There is no question but that Collier’s focus expanded as his thoughts deepened and as the number of volumes increased. His writings became more metaphysical. He struggled intellectually to find an operable unity for the whole of his work. In fact beyond the eight basic volumes, Collier wrote a unifying book with the title Pleneurethics: A Philosophical System Uniting Body, Brain, Mind. This book was published in 1990, almost thirty years after he began his long, lonely journey to create Pleneurethics. In this title he was very careful in the selection of his words. The word Pleneurethics was already a compressed word with a clear, connotative meaning. The words system and uniting were chosen thoughtfully. System was selected as a noun with a clearly acceptable denotative meaning. Uniting was selected as an action verb meaning to join together to become a whole. What was the whole system which was to be united? The composition of the whole was made up of body, brain, and mind. Here the sequence of the three nouns was an imperative for Collier. The brain was the essential link between the body and the mind.

Richard Collier is not an academic philosopher familiar with the long history of the philosophical struggles on what is now known as the mind/body problem. He is rather a practical thinker seeking practical solutions to real, daily problems. His sustained thinking has produced original concepts, many of which are guaranteed to make the establishment uneasy.

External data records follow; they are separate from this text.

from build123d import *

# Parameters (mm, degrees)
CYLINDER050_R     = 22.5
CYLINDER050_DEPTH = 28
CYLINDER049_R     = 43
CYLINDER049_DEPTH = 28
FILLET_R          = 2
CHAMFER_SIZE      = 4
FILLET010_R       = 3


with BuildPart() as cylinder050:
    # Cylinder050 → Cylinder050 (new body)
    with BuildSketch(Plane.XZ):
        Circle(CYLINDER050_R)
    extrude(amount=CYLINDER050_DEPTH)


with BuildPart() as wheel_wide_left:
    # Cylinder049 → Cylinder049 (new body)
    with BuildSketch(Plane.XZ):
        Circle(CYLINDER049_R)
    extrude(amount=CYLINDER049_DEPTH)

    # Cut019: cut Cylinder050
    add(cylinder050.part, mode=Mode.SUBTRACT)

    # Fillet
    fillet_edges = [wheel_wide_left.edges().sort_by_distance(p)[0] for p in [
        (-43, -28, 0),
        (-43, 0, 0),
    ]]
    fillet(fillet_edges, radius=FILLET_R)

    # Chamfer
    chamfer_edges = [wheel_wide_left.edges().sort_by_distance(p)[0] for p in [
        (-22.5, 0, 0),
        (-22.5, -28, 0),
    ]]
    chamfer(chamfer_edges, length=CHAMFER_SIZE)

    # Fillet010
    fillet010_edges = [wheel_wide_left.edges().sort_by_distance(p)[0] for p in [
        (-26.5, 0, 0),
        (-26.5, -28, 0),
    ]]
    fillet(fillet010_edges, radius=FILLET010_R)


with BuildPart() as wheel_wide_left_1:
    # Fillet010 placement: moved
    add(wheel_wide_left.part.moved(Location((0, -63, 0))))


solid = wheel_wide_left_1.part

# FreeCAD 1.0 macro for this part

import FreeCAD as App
import Part
import Sketcher
from FreeCAD import Vector
Q = App.Units.Quantity


def edges_at(feature, points):
    """Names of the edges that pass closest to the given points."""
    edges = feature.Shape.Edges
    near = lambda p: min(range(len(edges)), key=lambda i: edges[i].distToShape(Part.Vertex(*p))[0])
    return sorted({f"Edge{near(p) + 1}" for p in points})

doc = App.newDocument("Part")
body = doc.addObject("PartDesign::Body", "Body")

# Sketch on XZ plane
sketch1 = body.newObject("Sketcher::SketchObject", "Sketch")
sketch1.AttachmentSupport = (doc.getObject("XZ_Plane"), [""])
sketch1.MapMode = "FlatFace"
sketch1.addGeometry(Part.Circle(Vector(0, 0, 0), Vector(0, 0, 1), 22.5), False)
sketch1.addConstraint([
    Sketcher.Constraint("Coincident", 0, 3, -1, 1),
    Sketcher.Constraint("Diameter", 0, Q("45 mm")),
])
pad1 = body.newObject("PartDesign::Pad", "Pad")
pad1.Profile = sketch1
pad1.Length = 28
body2 = doc.addObject("PartDesign::Body", "Body001")

# Sketch on XZ plane
sketch2 = body2.newObject("Sketcher::SketchObject", "Sketch001")
sketch2.AttachmentSupport = (doc.getObject("XZ_Plane001"), [""])
sketch2.MapMode = "FlatFace"
sketch2.addGeometry(Part.Circle(Vector(0, 0, 0), Vector(0, 0, 1), 43), False)
sketch2.addConstraint([
    Sketcher.Constraint("Coincident", 0, 3, -1, 1),
    Sketcher.Constraint("Diameter", 0, Q("86 mm")),
])
pad2 = body2.newObject("PartDesign::Pad", "Pad001")
pad2.Profile = sketch2
pad2.Length = 28
doc.recompute()

boolean = body2.newObject("PartDesign::Boolean", "Boolean")
boolean.Type = "Cut"
boolean.addObjects([body])
doc.recompute()

fillet = body2.newObject("PartDesign::Fillet", "Fillet")
fillet.Base = (boolean, edges_at(boolean, [(-43, -28, 0), (-43, 0, 0)]))
fillet.Radius = 2
doc.recompute()

chamfer = body2.newObject("PartDesign::Chamfer", "Chamfer")
chamfer.Base = (fillet, edges_at(fillet, [(-22.5, 0, 0), (-22.5, -28, 0)]))
chamfer.Size = 4
doc.recompute()

fillet2 = body2.newObject("PartDesign::Fillet", "Fillet001")
fillet2.Base = (chamfer, edges_at(chamfer, [(-26.5, 0, 0), (-26.5, -28, 0)]))
fillet2.Radius = 3
body3 = doc.addObject("PartDesign::Body", "Body002")
doc.recompute()

body2.Placement = App.Placement(Vector(0, -63, 0), App.Rotation(Vector(0, 0, 1), 0))
boolean2 = body3.newObject("PartDesign::Boolean", "Boolean001")
boolean2.Type = "Fuse"
boolean2.addObjects([body2])

doc.recompute()
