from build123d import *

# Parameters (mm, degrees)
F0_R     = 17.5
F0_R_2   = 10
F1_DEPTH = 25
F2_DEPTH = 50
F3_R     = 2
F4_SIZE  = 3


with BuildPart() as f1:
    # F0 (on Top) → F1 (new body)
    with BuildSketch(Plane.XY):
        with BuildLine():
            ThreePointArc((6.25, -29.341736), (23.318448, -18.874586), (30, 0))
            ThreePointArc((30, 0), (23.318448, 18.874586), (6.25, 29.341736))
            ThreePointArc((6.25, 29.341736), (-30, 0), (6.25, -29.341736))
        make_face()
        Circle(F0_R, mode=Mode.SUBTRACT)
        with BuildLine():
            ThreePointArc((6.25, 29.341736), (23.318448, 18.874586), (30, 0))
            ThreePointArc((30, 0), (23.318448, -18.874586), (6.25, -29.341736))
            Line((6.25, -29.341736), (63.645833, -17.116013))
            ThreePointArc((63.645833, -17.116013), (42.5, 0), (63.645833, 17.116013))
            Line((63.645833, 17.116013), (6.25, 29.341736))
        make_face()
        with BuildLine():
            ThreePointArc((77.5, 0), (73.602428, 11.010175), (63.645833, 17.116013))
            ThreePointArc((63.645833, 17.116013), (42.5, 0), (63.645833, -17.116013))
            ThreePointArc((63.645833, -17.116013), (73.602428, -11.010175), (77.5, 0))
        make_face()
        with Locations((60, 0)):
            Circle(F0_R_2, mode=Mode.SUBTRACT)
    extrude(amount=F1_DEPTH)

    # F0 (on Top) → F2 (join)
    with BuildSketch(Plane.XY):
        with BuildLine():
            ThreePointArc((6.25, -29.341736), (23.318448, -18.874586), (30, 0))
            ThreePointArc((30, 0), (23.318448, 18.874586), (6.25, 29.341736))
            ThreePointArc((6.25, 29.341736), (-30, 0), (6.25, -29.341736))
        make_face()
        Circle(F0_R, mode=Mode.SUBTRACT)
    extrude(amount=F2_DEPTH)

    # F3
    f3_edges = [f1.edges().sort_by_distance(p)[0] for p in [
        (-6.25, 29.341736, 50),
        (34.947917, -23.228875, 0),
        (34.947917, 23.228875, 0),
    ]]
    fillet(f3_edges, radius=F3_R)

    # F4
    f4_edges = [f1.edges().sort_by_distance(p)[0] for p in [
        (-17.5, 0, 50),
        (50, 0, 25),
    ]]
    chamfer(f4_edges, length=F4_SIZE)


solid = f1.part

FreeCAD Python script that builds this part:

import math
import FreeCAD as App
import Part
import Sketcher

V = App.Vector


def edges_at(feature, points):
    """Names of the edges that pass closest to the given points."""
    edges = feature.Shape.Edges
    near = lambda p: min(range(len(edges)), key=lambda i: edges[i].distToShape(Part.Vertex(*p))[0])
    return sorted({f"Edge{near(p) + 1}" for p in points})

doc = App.newDocument("Part")
body = doc.addObject("PartDesign::Body", "Body")

# Sketch on XY plane
sketch1 = body.newObject("Sketcher::SketchObject", "Sketch")
sketch1.AttachmentSupport = (doc.getObject("XY_Plane"), [""])
sketch1.MapMode = "FlatFace"
sketch1.addGeometry([
    Part.ArcOfCircle(Part.Circle(V(0, 0, 0), V(0, 0, 1), 30), math.radians(78), math.radians(282)),  # 0
    Part.LineSegment(V(6, -29, 0), V(64, -17, 0)),  # 1
    Part.ArcOfCircle(Part.Circle(V(60, 0, 0), V(0, 0, 1), 17), math.radians(-78), math.radians(0)),  # 2
    Part.ArcOfCircle(Part.Circle(V(60, 0, 0), V(0, 0, 1), 17), math.radians(0), math.radians(78)),  # 3
    Part.LineSegment(V(64, 17, 0), V(6, 29, 0)),  # 4
    Part.Circle(V(0, 0, 0), V(0, 0, 1), 18),  # 5
    Part.Circle(V(60, 0, 0), V(0, 0, 1), 10),  # 6
], False)
sketch1.addConstraint([
    Sketcher.Constraint("Tangent", 0, 2, 1, 1),
    Sketcher.Constraint("Tangent", 1, 2, 2, 1),
    Sketcher.Constraint("Tangent", 2, 2, 3, 1),
    Sketcher.Constraint("Tangent", 3, 2, 4, 1),
    Sketcher.Constraint("Tangent", 4, 2, 0, 1),
    Sketcher.Constraint("Coincident", 0, 3, -1, 1),
    Sketcher.Constraint("Coincident", 5, 3, -1, 1),
    Sketcher.Constraint("Coincident", 6, 3, 2, 3),
    Sketcher.Constraint("Equal", 2, 3),
    Sketcher.Constraint("Equal", 3, 5),
    Sketcher.Constraint("PointOnObject", 2, 3, -1),
    Sketcher.Constraint("PointOnObject", 2, 2, -1),
    Sketcher.Constraint("Diameter", 5, 35.0),
    Sketcher.Constraint("Diameter", 6, 20.0),
    Sketcher.Constraint("Radius", 0, 30.0),
    Sketcher.Constraint("DistanceX", -1, 1, 2, 3, 60.0),
])
pad1 = body.newObject("PartDesign::Pad", "Pad")
pad1.Profile = sketch1
pad1.Length = 25

# Sketch on XY plane
sketch2 = body.newObject("Sketcher::SketchObject", "Sketch001")
sketch2.AttachmentSupport = (doc.getObject("XY_Plane"), [""])
sketch2.MapMode = "FlatFace"
sketch2.addGeometry([
    Part.ArcOfCircle(Part.Circle(V(0, 0, 0), V(0, 0, 1), 30), math.radians(-78), math.radians(0)),
    Part.ArcOfCircle(Part.Circle(V(0, 0, 0), V(0, 0, 1), 30), math.radians(0), math.radians(78)),
    Part.ArcOfCircle(Part.Circle(V(0, 0, 0), V(0, 0, 1), 30), math.radians(78), math.radians(282)),
    Part.Circle(V(0, 0, 0), V(0, 0, 1), 18),
], False)
sketch2.addConstraint([
    Sketcher.Constraint("Tangent", 0, 2, 1, 1),
    Sketcher.Constraint("Tangent", 1, 2, 2, 1),
    Sketcher.Constraint("Tangent", 2, 2, 0, 1),
    Sketcher.Constraint("Coincident", 0, 3, -1, 1),
    Sketcher.Constraint("Coincident", 3, 3, -1, 1),
    Sketcher.Constraint("PointOnObject", 0, 2, -1),
    Sketcher.Constraint("Vertical", 1, 2, 2, 2),
    Sketcher.Constraint("Diameter", 3, 35.0),
    Sketcher.Constraint("Radius", 0, 29.999998),
    Sketcher.Constraint("DistanceX", -1, 1, 1, 2, 6.25),
])
pad2 = body.newObject("PartDesign::Pad", "Pad001")
pad2.Profile = sketch2
pad2.Length = 50
doc.recompute()

fillet = body.newObject("PartDesign::Fillet", "Fillet")
fillet.Base = (pad2, edges_at(pad2, [(-30, 0, 50), (34.948, -23.229, 0), (34.948, 23.229, 0)]))
fillet.Radius = 2
doc.recompute()

chamfer = body.newObject("PartDesign::Chamfer", "Chamfer")
chamfer.Base = (fillet, edges_at(fillet, [(-17.5, 0, 50), (50, 0, 25)]))
chamfer.Size = 3

doc.recompute()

Seven of his concepts are cited below as examples of his originality. They are: (1) the focus he placed on chronic illness as separated from acute illness and which called for a different method of treatment because chronic illness is structural in original and therefore does not yield to the standard treatment by psychotherapy, to spirituality, or prescriptive medicine; (2) the importance of structure, of physics rather than chemistry in the treatment of chronic illness; (3) the discovery of the bioductory system, which conducts and protects the brain and the central nervous system, including the spinal cord—a discovery which is largely ignored in the current practice of medicine, however, it is vital to the cure of chronic illness problems; (4) the centrality of ethics to good health; (5) the acceptance by the individual of self-responsibility for one’s health and ethical character; (6) the brain as perceived in Pleneurethics as
 page 55
a living machine functioning as a biological entity, and (7) structural distortion (stress) in any part of the person which impacts on the brain leads to the brain’s functional impairment and establishes the basis for illness and disease, either acute or chronic or both. The inability to relax adequately due to persistent stress and tension predisposes the individual to illness and disease. Collier perceived the brain as a link between the body and the mind. It is, among other things, the communications center for the entire body/mind complex. Norman Cousins observed, “The brain is the only organ of the body that is totally essential for individual identity.”

Collier’s decision to base Pleneurethics on the structure of the total individual rather than upon the chemical content of the body was to be of major significance. His writings popularized the seldom used term “structure.”He also coined the words “biomechanics” and “biophysics.”He elevated the college of physics to a new, stellar position in healing practices. Because Pleneurethics is aimed at the “total individual,”it became the first true multidisciplinary teaching format. As a result, it led the way for the holistic movement in healing which is now so popular.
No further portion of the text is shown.